• Exercise inputs:
——————————

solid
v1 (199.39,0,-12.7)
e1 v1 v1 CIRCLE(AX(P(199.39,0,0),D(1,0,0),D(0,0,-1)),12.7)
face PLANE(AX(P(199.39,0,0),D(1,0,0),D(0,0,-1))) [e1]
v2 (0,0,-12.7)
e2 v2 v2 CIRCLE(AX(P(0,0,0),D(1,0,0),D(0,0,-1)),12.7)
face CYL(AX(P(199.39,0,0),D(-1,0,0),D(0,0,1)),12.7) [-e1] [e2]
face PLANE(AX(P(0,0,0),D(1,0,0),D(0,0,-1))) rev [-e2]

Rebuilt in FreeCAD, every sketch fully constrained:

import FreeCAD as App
import Part
import Sketcher
Q = App.Units.Quantity

doc = App.newDocument("Part")
body = doc.addObject("PartDesign::Body", "Body")

# Sketch on YZ plane
sketch1 = body.newObject("Sketcher::SketchObject", "Sketch")
sketch1.AttachmentSupport = (doc.getObject("YZ_Plane"), [""])
sketch1.MapMode = "FlatFace"
sketch1.addGeometry(Part.Circle(App.Vector(0, 0, 0), App.Vector(0, 0, 1), 12.7), False)
sketch1.addConstraint(Sketcher.Constraint("Coincident", 0, 3, -1, 1))
sketch1.addConstraint(Sketcher.Constraint("Diameter", 0, Q("1 in")))
pad1 = body.newObject("PartDesign::Pad", "Pad")
pad1.Profile = sketch1
pad1.Length = Q("7.85 in")

doc.recompute()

——————————

• Brief: For this exercise, please output exactly the lines above starting at the line with "face PLANE(AX(P(0,0,0),D(1,0,0),D(0,0,-1))) rev" and ending at the line with "Rebuilt in FreeCAD, every", ends included.

• Expected answer:
face PLANE(AX(P(0,0,0),D(1,0,0),D(0,0,-1))) rev [-e2]

Rebuilt in FreeCAD, every sketch fully constrained:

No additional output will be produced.